TASK STATEMENT => Each line of the entries, from the first to the line containing "f 159 224 161", is to be transcribed exactly as it stands; include no other lines.

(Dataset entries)
┌──
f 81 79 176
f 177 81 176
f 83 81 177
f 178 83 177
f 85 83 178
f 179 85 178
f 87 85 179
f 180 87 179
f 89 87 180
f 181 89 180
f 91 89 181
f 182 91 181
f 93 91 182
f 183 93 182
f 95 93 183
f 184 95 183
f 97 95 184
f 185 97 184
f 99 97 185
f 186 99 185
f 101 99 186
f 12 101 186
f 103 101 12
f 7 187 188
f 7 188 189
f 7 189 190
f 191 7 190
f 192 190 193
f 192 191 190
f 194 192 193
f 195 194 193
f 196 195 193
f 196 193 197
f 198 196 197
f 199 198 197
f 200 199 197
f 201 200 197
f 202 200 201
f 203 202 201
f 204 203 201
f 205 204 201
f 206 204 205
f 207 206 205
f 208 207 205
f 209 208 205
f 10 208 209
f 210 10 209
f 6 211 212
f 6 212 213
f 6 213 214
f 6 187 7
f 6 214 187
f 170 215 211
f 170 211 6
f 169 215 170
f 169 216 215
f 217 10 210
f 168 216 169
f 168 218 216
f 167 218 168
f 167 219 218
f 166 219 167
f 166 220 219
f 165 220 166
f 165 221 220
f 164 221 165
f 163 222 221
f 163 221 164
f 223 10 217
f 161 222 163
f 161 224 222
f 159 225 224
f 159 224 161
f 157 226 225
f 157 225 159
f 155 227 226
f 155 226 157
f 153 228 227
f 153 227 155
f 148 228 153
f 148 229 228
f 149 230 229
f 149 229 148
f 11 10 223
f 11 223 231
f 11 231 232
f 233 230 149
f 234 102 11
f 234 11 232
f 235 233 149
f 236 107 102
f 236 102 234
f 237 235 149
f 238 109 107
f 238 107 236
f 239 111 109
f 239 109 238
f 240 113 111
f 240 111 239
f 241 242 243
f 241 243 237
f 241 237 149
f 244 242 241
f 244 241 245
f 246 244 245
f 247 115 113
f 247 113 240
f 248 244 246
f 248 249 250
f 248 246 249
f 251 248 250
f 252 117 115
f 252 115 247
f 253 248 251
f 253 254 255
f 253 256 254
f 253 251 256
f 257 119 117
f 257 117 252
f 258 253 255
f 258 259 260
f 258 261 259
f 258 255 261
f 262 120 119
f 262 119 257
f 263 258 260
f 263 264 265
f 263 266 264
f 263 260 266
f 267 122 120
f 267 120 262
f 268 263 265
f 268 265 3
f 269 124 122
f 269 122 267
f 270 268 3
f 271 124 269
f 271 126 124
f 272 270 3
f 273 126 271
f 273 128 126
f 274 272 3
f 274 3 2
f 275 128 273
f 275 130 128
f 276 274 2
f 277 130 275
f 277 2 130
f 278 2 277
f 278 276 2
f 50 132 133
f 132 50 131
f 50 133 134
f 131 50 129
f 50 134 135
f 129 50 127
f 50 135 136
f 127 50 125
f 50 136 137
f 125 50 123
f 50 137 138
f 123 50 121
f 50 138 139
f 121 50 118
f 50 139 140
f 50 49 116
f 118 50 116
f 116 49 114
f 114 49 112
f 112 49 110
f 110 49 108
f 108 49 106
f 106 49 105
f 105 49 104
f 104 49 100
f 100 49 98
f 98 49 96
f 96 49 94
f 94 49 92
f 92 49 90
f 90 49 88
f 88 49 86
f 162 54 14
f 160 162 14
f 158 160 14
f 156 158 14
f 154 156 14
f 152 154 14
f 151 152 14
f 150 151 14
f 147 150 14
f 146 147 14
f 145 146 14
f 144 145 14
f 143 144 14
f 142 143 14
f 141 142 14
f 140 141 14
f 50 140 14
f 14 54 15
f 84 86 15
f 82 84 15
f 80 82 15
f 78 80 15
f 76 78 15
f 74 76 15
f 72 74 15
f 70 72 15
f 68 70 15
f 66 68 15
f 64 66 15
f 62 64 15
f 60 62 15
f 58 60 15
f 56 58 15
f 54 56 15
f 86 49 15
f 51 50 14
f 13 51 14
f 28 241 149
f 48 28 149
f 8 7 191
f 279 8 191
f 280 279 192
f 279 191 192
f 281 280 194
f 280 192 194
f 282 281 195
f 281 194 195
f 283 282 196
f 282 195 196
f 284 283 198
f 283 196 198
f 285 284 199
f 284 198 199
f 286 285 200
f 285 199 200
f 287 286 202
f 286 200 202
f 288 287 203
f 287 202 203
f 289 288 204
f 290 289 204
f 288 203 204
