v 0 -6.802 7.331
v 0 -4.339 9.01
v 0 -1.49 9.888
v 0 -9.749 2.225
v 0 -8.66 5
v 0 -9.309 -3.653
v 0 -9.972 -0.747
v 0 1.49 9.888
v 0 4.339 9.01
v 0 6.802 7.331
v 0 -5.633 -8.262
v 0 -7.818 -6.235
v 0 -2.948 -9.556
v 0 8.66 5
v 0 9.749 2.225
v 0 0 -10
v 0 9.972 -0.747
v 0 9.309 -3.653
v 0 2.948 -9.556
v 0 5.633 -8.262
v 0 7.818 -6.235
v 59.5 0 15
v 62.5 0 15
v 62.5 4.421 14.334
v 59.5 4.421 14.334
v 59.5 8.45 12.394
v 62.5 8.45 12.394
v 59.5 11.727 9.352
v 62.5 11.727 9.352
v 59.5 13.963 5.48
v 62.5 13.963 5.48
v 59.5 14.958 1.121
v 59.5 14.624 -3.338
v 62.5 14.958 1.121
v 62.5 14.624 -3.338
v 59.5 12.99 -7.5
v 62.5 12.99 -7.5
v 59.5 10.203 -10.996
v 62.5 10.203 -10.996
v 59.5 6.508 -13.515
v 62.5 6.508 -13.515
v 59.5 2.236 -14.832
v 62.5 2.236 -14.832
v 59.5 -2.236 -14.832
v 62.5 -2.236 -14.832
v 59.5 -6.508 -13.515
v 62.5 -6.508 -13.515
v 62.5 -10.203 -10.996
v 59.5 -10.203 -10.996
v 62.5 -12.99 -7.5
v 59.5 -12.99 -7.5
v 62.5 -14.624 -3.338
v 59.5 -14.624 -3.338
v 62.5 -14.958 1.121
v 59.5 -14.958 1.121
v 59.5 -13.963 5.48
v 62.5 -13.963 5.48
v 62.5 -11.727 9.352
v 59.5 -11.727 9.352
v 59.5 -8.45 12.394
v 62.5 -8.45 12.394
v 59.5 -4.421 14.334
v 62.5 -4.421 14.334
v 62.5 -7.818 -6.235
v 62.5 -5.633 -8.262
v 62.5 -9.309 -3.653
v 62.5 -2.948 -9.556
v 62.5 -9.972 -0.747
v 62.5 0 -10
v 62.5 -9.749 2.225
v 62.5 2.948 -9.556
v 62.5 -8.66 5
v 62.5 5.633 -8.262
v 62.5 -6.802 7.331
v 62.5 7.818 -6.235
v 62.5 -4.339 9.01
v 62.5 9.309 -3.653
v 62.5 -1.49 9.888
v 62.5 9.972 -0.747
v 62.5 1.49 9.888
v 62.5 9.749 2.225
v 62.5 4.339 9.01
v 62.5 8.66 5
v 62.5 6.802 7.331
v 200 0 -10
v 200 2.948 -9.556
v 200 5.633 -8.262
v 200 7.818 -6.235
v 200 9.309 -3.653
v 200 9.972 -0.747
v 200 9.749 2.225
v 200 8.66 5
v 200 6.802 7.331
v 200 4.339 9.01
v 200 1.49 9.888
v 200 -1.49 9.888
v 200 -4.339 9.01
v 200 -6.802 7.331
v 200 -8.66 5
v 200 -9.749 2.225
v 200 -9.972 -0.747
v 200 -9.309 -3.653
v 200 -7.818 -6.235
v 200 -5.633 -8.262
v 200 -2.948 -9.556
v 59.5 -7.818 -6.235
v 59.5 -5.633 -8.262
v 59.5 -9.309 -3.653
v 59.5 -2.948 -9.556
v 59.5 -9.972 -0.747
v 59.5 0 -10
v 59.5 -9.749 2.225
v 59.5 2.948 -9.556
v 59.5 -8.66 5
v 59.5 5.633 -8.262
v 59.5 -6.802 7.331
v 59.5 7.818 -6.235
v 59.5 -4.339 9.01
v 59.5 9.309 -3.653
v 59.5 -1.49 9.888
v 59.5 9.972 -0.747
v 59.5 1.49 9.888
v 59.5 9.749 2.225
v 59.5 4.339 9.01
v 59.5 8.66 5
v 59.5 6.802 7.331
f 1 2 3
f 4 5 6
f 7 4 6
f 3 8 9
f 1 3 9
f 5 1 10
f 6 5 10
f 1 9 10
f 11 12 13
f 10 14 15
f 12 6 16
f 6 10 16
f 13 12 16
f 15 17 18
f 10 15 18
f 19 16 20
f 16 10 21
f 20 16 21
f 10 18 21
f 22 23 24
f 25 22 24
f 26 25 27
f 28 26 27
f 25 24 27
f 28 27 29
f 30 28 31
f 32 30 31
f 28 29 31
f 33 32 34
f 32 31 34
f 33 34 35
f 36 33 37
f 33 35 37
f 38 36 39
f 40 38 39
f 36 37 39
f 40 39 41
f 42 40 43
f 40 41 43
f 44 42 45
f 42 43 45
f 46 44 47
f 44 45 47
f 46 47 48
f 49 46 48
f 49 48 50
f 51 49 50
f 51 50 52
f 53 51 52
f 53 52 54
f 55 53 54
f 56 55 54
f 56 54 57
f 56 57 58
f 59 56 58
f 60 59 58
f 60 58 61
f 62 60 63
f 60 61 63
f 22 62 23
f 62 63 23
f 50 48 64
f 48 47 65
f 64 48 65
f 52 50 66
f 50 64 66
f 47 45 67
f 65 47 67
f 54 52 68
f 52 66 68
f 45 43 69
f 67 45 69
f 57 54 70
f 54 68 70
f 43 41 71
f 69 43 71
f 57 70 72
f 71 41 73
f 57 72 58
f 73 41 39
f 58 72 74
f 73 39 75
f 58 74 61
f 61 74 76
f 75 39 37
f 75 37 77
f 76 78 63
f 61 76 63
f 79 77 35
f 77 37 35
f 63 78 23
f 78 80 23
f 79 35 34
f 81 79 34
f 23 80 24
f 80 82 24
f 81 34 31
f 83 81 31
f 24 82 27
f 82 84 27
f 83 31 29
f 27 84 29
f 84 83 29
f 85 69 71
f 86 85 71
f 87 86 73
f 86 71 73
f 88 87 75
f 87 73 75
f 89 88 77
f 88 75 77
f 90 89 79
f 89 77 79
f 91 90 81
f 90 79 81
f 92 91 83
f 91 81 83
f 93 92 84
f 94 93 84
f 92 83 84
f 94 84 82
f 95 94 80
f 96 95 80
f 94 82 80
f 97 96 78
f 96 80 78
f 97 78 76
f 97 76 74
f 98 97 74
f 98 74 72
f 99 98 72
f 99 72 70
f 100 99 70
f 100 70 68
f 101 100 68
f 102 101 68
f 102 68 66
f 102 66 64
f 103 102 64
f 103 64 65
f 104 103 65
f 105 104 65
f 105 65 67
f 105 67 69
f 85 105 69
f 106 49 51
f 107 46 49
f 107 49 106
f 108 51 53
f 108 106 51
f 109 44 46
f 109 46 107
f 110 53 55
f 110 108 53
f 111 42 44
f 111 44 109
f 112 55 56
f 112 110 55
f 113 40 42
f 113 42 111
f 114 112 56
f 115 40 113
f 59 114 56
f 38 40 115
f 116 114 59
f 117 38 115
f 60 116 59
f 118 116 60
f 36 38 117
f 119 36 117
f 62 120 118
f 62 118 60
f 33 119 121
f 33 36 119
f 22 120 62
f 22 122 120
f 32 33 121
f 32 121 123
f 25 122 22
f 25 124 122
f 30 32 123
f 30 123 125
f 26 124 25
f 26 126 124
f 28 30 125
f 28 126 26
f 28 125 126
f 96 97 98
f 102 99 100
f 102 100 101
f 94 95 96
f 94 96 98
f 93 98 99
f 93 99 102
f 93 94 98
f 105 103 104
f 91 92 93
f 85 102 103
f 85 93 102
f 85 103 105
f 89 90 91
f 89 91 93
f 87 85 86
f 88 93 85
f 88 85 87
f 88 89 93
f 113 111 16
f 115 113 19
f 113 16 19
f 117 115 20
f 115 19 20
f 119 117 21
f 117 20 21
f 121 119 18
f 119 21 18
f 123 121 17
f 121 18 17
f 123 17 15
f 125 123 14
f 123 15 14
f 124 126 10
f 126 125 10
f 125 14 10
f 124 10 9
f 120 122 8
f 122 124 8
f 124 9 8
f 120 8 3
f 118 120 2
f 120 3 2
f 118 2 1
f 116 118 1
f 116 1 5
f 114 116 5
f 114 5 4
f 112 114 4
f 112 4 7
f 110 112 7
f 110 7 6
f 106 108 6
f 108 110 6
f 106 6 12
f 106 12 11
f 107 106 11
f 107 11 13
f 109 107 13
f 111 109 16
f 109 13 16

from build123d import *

# Parameters (mm, degrees)
CROQUIS1_R              = 10
SALIENTE_EXTRUIR1_DEPTH = 200
CROQUIS2_R              = 15
SALIENTE_EXTRUIR2_DEPTH = 3


with BuildPart() as part:
    # Croquis1 → Saliente-Extruir1 (new body)
    with BuildSketch(Plane(origin=(0, 0, 0), x_dir=(0, 0, -1), z_dir=(1, 0, 0))):
        Circle(CROQUIS1_R)
    extrude(amount=SALIENTE_EXTRUIR1_DEPTH)

    # Croquis2 → Saliente-Extruir2 (add)
    with BuildSketch(Plane.ZY.offset(-62.5)):
        Circle(CROQUIS2_R)
    extrude(amount=SALIENTE_EXTRUIR2_DEPTH)


solid = part.part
└──
ANSWER AREA =>
f 81 79 176
f 177 81 176
f 83 81 177
f 178 83 177
f 85 83 178
f 179 85 178
f 87 85 179
f 180 87 179
f 89 87 180
f 181 89 180
f 91 89 181
f 182 91 181
f 93 91 182
f 183 93 182
f 95 93 183
f 184 95 183
f 97 95 184
f 185 97 184
f 99 97 185
f 186 99 185
f 101 99 186
f 12 101 186
f 103 101 12
f 7 187 188
f 7 188 189
f 7 189 190
f 191 7 190
f 192 190 193
f 192 191 190
f 194 192 193
f 195 194 193
f 196 195 193
f 196 193 197
f 198 196 197
f 199 198 197
f 200 199 197
f 201 200 197
f 202 200 201
f 203 202 201
f 204 203 201
f 205 204 201
f 206 204 205
f 207 206 205
f 208 207 205
f 209 208 205
f 10 208 209
f 210 10 209
f 6 211 212
f 6 212 213
f 6 213 214
f 6 187 7
f 6 214 187
f 170 215 211
f 170 211 6
f 169 215 170
f 169 216 215
f 217 10 210
f 168 216 169
f 168 218 216
f 167 218 168
f 167 219 218
f 166 219 167
f 166 220 219
f 165 220 166
f 165 221 220
f 164 221 165
f 163 222 221
f 163 221 164
f 223 10 217
f 161 222 163
f 161 224 222
f 159 225 224
f 159 224 161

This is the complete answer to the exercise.